Shortly thereafter, we moved to Normandy Street and life changed. I had finished public school at the Roger Wolcott School in Dorchester, and now I was going to high school. It didn’t have a reputation, but lo and behold, it was an excellent school.

And shortly thereafter, at the end of 1920, with the business of the S&L Dress Company going downhill, it was decided we would move back to New York. And so early in the spring of 1921, my father went back to New York to look for a job as a presser, the business he knew so well. My mother, my brother Leo and I went back to Brooklyn. I stayed at my Aunt Esther’s house, which was a change from the way we had lived before 1921. I worked behind the soda counter that my cousin Hymie Greenfield had in the store on 14th Street between Second and Third Avenues. I became an experienced soda man. The place I worked at had the reputation of having the best malted milks in the country, which was attested to by the students of Stuyvesant High on East 15th Street. I tested many sodas, but of course I didn’t come in contact with these kids [because] it was summertime.

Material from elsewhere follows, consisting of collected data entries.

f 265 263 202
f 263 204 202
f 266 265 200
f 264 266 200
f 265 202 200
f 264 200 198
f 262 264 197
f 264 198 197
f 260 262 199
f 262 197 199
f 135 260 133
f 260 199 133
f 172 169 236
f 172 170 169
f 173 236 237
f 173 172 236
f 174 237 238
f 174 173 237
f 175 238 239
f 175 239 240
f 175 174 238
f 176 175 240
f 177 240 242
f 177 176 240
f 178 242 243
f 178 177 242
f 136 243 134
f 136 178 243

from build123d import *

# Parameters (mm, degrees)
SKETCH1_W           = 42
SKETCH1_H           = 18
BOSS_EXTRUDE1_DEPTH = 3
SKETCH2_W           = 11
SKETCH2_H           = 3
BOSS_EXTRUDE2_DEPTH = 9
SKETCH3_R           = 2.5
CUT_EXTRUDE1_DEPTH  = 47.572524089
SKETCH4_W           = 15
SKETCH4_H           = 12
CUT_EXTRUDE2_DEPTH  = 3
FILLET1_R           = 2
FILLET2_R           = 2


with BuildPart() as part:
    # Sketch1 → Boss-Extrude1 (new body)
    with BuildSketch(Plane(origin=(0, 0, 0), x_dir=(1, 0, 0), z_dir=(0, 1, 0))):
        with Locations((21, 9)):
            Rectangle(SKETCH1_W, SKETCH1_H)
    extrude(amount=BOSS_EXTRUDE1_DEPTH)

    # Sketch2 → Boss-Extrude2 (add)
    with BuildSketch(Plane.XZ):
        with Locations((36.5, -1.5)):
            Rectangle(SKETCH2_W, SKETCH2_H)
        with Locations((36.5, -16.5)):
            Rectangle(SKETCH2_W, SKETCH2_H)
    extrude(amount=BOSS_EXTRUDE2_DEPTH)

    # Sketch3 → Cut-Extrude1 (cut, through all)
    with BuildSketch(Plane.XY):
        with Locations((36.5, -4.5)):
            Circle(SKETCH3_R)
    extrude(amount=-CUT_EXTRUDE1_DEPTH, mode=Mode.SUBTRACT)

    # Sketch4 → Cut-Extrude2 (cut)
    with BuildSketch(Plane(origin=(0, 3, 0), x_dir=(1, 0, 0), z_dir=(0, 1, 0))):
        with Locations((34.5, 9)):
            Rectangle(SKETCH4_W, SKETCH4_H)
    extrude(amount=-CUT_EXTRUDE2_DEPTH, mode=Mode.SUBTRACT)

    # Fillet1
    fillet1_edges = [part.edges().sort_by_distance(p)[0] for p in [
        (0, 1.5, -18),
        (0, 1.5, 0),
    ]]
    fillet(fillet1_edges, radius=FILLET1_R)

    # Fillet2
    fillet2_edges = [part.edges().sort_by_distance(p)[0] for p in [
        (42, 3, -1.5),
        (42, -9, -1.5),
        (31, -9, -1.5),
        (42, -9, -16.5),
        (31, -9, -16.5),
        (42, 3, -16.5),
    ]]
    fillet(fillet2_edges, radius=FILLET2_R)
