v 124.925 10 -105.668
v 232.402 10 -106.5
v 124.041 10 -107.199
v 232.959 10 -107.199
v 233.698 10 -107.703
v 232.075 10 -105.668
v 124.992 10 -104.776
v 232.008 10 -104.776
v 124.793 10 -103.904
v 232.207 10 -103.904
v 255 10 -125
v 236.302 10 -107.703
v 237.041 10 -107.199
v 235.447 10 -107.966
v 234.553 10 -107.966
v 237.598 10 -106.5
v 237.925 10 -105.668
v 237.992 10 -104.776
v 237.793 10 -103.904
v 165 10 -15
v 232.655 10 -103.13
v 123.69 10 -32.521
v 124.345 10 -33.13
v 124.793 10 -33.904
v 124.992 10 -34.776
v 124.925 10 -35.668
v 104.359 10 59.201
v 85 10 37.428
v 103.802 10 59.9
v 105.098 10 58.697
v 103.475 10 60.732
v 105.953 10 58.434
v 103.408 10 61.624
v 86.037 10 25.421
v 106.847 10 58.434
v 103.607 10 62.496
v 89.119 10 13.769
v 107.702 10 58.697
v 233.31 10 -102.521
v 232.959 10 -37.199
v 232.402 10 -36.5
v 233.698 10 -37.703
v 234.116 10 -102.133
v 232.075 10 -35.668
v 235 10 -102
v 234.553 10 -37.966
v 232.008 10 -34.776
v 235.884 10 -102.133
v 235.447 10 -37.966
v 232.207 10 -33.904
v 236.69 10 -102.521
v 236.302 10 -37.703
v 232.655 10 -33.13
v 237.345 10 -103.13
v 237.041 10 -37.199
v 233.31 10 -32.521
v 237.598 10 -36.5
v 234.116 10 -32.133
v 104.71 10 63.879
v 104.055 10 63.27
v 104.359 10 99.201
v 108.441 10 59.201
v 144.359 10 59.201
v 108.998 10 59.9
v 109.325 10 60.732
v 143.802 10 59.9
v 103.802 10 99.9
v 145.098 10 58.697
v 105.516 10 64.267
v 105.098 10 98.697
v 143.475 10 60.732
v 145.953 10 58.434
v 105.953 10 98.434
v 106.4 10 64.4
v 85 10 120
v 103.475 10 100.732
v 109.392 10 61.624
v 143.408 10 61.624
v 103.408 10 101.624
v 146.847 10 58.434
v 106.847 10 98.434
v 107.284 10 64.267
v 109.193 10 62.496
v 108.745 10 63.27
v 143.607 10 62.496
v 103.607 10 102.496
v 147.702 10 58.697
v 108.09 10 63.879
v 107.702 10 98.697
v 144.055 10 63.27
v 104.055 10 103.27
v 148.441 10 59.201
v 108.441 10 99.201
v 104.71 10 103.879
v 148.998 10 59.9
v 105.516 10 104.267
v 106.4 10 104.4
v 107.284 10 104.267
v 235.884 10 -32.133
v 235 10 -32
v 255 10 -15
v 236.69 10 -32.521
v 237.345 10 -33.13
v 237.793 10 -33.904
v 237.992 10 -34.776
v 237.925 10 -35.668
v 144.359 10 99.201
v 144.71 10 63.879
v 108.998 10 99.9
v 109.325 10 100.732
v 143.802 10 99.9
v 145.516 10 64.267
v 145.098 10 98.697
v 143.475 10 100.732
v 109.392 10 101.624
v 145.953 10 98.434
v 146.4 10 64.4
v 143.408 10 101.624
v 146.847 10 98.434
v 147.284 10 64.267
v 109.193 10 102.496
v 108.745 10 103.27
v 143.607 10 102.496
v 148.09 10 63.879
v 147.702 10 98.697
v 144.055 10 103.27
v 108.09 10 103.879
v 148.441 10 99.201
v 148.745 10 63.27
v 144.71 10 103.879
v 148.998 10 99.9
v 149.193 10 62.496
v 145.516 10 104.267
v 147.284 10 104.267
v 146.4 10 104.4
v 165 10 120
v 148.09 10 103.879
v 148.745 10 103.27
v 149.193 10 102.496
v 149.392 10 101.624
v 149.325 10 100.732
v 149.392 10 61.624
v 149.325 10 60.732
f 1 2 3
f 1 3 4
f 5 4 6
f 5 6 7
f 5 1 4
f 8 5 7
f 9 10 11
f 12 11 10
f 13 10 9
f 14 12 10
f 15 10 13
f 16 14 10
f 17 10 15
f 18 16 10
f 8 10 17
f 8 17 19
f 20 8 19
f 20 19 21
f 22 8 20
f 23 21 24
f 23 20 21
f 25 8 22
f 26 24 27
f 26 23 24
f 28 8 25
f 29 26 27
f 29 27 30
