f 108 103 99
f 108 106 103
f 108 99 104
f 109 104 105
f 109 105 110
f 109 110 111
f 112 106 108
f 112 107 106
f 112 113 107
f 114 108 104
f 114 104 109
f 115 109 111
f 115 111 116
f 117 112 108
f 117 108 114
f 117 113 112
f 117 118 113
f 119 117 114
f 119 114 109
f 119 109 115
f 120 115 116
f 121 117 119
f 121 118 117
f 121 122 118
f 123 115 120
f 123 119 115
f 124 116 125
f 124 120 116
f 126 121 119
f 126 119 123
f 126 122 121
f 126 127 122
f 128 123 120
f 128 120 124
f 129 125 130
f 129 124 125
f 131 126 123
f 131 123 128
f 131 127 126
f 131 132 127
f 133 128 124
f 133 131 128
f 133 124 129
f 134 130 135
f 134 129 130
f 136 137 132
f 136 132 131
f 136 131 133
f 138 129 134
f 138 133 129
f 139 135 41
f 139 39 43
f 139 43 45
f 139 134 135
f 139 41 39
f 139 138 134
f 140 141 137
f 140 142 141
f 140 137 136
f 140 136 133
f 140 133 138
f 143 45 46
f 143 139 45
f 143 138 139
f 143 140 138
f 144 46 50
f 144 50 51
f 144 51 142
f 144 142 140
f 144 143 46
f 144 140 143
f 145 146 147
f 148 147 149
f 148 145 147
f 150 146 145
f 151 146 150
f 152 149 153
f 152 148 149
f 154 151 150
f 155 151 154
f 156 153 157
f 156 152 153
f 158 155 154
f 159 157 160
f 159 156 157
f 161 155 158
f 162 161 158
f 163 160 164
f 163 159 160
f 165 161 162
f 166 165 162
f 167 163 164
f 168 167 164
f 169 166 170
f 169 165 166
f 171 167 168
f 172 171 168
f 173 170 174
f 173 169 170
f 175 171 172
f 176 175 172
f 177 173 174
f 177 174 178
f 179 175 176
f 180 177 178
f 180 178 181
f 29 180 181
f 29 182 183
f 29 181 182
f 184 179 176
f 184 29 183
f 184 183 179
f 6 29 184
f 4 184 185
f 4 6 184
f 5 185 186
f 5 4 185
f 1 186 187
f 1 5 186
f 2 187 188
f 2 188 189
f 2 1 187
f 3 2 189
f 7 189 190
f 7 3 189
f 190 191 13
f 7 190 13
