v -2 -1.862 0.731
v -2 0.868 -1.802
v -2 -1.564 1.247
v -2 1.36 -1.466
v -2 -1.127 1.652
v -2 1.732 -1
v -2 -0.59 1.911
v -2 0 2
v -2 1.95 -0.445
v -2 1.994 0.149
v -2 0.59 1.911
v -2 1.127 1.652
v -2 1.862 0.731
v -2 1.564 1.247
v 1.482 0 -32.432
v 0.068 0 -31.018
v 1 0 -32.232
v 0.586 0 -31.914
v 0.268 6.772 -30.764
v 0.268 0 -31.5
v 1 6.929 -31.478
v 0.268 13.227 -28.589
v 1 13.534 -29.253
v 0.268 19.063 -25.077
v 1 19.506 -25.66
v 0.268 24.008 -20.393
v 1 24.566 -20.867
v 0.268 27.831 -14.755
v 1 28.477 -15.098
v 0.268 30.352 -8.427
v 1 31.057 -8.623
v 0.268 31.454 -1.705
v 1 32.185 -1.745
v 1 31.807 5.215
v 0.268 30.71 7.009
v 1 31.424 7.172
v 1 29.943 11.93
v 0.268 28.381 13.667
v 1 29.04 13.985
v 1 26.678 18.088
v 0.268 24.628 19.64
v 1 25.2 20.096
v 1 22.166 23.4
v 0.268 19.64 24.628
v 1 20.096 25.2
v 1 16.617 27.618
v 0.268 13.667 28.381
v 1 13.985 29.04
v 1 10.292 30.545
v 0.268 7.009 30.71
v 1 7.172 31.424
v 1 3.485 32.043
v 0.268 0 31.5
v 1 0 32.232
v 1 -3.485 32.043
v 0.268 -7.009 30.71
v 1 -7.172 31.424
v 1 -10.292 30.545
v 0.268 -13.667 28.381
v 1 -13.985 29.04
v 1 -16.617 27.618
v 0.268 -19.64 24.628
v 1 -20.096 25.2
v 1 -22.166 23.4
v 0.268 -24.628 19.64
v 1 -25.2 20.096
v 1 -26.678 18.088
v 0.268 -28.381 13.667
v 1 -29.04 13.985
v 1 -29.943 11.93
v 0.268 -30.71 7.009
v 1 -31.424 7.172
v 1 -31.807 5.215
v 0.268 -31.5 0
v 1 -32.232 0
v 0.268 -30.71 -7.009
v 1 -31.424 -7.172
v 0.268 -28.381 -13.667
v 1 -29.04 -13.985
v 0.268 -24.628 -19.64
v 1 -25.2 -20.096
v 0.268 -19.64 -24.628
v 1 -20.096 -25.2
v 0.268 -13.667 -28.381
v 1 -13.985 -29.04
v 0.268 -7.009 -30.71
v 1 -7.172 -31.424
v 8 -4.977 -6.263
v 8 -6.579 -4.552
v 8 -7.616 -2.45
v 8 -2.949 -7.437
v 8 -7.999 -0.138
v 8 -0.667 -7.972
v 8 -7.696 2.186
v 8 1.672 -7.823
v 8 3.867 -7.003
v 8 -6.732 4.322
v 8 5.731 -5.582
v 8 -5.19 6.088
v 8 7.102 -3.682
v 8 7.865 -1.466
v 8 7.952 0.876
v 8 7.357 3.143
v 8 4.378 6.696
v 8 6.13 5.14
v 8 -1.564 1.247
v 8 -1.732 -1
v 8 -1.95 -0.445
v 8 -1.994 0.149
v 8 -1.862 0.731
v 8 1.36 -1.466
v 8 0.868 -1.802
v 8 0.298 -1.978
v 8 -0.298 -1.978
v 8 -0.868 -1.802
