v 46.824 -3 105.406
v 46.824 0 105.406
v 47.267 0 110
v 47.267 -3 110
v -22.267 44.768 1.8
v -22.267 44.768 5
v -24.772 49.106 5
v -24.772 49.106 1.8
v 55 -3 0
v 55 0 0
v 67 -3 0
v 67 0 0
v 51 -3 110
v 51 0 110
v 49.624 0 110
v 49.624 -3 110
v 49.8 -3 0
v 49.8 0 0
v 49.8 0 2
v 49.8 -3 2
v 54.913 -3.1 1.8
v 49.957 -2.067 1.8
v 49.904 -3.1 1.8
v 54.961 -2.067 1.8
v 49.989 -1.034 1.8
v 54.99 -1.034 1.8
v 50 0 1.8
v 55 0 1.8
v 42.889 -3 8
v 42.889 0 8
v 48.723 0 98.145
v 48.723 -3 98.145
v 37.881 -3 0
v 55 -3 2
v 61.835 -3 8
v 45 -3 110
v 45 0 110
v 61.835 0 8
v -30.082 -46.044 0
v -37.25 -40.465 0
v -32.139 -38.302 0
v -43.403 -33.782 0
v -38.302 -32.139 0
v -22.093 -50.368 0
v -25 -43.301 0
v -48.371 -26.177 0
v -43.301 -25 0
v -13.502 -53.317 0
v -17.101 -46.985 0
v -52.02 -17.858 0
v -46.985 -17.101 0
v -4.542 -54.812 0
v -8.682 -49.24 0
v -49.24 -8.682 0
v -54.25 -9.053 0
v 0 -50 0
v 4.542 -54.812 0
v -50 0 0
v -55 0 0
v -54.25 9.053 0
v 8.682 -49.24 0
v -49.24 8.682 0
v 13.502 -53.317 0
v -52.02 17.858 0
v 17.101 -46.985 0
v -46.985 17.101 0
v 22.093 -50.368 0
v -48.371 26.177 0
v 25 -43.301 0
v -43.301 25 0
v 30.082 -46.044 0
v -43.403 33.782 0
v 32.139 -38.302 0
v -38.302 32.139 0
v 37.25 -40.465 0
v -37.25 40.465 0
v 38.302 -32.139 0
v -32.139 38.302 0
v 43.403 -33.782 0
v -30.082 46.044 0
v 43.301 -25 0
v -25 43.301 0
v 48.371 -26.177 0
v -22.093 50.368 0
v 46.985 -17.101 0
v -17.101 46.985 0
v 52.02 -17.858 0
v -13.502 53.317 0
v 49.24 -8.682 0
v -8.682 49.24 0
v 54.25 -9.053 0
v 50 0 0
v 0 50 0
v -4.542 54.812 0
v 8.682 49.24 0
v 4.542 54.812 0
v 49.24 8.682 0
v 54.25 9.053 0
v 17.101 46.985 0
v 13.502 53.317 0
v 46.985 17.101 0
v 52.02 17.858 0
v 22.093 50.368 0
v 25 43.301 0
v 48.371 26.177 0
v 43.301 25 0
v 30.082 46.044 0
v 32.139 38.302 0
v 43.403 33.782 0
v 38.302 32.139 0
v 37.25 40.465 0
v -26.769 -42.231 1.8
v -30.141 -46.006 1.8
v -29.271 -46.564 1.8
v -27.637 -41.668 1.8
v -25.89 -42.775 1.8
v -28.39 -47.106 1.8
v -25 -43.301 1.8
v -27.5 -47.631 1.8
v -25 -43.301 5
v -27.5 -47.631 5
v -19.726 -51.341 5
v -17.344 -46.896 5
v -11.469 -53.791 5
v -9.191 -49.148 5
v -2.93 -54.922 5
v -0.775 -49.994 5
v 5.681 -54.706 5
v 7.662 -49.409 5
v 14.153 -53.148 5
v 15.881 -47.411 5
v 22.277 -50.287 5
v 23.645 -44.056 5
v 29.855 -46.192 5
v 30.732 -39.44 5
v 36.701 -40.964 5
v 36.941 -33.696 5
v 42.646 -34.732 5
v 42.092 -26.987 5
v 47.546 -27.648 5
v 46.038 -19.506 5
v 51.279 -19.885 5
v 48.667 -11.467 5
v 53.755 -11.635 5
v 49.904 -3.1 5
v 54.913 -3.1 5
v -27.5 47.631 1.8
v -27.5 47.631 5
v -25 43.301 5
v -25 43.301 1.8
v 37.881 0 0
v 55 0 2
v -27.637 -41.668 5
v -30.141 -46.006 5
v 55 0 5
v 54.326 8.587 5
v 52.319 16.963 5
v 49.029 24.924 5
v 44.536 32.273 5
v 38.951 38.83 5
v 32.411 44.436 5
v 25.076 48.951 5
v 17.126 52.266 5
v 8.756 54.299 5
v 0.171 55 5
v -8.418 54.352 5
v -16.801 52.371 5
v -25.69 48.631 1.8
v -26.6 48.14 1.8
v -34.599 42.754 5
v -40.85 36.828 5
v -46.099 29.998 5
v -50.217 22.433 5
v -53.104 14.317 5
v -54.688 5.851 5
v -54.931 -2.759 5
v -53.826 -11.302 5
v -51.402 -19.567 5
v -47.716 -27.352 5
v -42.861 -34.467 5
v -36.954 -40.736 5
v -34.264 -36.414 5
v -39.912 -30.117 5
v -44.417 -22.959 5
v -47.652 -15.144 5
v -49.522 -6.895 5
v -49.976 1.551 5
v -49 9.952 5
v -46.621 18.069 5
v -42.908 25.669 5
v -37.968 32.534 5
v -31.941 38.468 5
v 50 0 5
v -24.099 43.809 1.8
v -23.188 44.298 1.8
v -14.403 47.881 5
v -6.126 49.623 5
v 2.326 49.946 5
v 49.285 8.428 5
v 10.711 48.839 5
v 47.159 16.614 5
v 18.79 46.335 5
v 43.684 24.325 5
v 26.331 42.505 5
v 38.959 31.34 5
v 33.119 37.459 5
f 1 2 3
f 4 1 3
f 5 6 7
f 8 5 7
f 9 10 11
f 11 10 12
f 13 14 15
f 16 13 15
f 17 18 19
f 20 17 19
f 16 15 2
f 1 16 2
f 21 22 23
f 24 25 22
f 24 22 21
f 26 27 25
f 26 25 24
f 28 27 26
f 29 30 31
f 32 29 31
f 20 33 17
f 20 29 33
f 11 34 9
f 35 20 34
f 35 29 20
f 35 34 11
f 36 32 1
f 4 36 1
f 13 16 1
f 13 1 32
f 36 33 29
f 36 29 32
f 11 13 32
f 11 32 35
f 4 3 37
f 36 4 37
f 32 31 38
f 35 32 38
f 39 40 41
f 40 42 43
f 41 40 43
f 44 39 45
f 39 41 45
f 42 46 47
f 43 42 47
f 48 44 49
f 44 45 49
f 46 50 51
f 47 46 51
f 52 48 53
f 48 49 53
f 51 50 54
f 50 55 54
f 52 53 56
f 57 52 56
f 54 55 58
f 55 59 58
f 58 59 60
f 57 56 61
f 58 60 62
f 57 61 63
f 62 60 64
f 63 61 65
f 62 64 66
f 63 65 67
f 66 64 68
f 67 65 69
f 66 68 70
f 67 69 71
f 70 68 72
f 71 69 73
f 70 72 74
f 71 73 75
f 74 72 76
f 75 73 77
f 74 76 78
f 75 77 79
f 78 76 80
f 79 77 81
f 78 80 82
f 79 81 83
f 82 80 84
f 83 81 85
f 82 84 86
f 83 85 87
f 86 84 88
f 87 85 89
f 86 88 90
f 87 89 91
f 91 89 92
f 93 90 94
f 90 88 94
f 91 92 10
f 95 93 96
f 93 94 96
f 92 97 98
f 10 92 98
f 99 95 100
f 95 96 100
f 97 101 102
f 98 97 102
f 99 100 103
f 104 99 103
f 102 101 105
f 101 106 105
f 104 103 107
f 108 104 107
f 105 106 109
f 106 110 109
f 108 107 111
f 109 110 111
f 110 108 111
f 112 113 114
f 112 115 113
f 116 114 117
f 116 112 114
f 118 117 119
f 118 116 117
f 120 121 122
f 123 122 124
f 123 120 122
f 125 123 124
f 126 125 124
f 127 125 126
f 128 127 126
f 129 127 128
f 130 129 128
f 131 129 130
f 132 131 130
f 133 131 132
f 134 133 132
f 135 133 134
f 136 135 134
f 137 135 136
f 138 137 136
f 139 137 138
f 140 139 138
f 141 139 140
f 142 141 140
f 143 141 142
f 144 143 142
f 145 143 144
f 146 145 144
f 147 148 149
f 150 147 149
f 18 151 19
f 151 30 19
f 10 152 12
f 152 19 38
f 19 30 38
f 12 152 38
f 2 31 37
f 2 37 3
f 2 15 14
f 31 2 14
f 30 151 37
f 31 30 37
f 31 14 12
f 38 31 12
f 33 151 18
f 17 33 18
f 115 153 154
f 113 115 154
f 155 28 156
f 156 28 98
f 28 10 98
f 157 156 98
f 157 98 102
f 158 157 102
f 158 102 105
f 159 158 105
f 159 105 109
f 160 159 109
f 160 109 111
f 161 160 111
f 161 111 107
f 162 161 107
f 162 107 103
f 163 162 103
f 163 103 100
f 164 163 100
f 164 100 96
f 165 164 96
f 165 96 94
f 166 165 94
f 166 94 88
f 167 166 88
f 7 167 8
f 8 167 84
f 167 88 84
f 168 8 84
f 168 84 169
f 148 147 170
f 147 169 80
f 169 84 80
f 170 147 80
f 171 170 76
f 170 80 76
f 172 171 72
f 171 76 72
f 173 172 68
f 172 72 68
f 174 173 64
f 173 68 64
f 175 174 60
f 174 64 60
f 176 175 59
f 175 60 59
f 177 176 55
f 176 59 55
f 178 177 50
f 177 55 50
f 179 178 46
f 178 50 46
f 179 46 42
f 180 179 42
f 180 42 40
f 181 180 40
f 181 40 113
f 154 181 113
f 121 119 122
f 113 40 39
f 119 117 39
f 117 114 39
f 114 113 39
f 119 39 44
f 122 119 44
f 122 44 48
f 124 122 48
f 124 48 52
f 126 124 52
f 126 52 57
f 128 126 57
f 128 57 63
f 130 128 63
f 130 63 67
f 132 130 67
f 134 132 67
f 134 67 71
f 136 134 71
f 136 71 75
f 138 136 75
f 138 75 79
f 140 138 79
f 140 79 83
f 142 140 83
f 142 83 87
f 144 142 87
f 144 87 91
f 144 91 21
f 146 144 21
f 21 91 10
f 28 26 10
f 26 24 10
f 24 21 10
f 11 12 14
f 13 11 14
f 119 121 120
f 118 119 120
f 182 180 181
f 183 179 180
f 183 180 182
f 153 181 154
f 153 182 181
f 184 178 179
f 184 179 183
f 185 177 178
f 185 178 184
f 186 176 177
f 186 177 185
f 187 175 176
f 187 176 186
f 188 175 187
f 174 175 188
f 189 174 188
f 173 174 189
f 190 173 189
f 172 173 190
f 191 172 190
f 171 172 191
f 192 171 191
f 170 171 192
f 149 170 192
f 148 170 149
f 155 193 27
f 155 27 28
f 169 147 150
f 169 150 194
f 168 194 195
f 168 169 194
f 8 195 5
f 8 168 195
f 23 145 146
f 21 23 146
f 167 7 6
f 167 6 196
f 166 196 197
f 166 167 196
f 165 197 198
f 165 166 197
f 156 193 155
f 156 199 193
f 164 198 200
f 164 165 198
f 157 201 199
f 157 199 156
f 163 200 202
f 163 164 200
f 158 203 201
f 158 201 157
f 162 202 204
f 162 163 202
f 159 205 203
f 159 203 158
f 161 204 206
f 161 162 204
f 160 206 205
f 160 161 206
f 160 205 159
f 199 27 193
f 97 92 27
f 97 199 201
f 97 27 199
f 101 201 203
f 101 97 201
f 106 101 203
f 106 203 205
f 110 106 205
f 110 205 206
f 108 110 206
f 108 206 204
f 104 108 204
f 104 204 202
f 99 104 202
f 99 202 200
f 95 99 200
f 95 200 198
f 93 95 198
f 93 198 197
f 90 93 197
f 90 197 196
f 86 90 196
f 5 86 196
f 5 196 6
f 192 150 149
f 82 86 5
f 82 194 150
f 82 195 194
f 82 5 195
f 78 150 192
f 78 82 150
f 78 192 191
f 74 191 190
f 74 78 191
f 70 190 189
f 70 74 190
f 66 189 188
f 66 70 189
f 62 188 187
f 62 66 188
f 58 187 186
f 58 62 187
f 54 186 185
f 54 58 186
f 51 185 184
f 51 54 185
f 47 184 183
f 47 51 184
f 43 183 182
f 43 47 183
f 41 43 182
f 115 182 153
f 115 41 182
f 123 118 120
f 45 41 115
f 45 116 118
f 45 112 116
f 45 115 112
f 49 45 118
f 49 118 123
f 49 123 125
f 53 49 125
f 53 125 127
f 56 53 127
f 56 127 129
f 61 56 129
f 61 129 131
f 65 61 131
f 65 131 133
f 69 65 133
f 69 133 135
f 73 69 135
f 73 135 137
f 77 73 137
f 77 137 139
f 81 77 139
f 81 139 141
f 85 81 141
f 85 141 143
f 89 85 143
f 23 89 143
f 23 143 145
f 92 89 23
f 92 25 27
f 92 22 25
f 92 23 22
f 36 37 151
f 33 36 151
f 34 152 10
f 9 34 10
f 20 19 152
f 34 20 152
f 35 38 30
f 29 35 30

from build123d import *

# Parameters (mm, degrees)
F5_DEPTH = 3
F6_R     = 55
F6_R_2   = 50
F7_DEPTH = 5
F8_W     = 6.9784420547
F8_H     = 3.1
F9_DEPTH = 3.2


with BuildPart() as f5:
    # F4 (on Front) → F5 (new body)
    with BuildSketch(Plane.XZ):
        Polygon((47.2665503621, 110), (45, 110), (37.8812104464, 0), (49.8, 0), (49.8, 2), (55, 2), (55, 0), (67, 0), (51, 110), (49.6243909001, 110), (46.8244552612, 105.406075716), align=None)
        Polygon((61.8351592405, 8), (42.8892941961, 8), (48.7231474716, 98.1450809113), align=None, mode=Mode.SUBTRACT)
    extrude(amount=F5_DEPTH)


with BuildPart() as f7:
    # F6 (on Top) → F7 (new body)
    with BuildSketch(Plane.XY):
        Circle(F6_R)
        Circle(F6_R_2, mode=Mode.SUBTRACT)
    extrude(amount=F7_DEPTH)

    # F8 (on face) → F9 (cut)
    with BuildSketch(Plane.XY.offset(5)):
        with Locations((52.5480711023, -1.55)):
            Rectangle(F8_W, F8_H)
        Polygon((-28.0186460648, 48.5297185436), (-24.5294250375, 42.4862104453), (-21.8447462857, 44.0362104453), (-25.3339673131, 50.0797185436), align=None)
        Polygon((-28.0186460648, -48.5297185436), (-24.5294250375, -42.4862104453), (-27.2141037892, -40.9362104453), (-30.7033248166, -46.9797185436), align=None)
    extrude(amount=-F9_DEPTH, mode=Mode.SUBTRACT)


solid = Compound([f5.part, f7.part])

When the summer came to an end, it was time to go to high school. I should tell you, of course, before I tell you about my entering high school in New York, what happened earlier: When my mother, Leo and I came back to Brooklyn, my father asked me to look at the place he had rented. I went to see the apartment with my father and I didn’t like the building we were in or the rooms, and I told my father. I guess this must have been the first time that … I told my dad that this was a lot different; this was a row house and not like the house we lived in in Dorchester, which was a three-family house.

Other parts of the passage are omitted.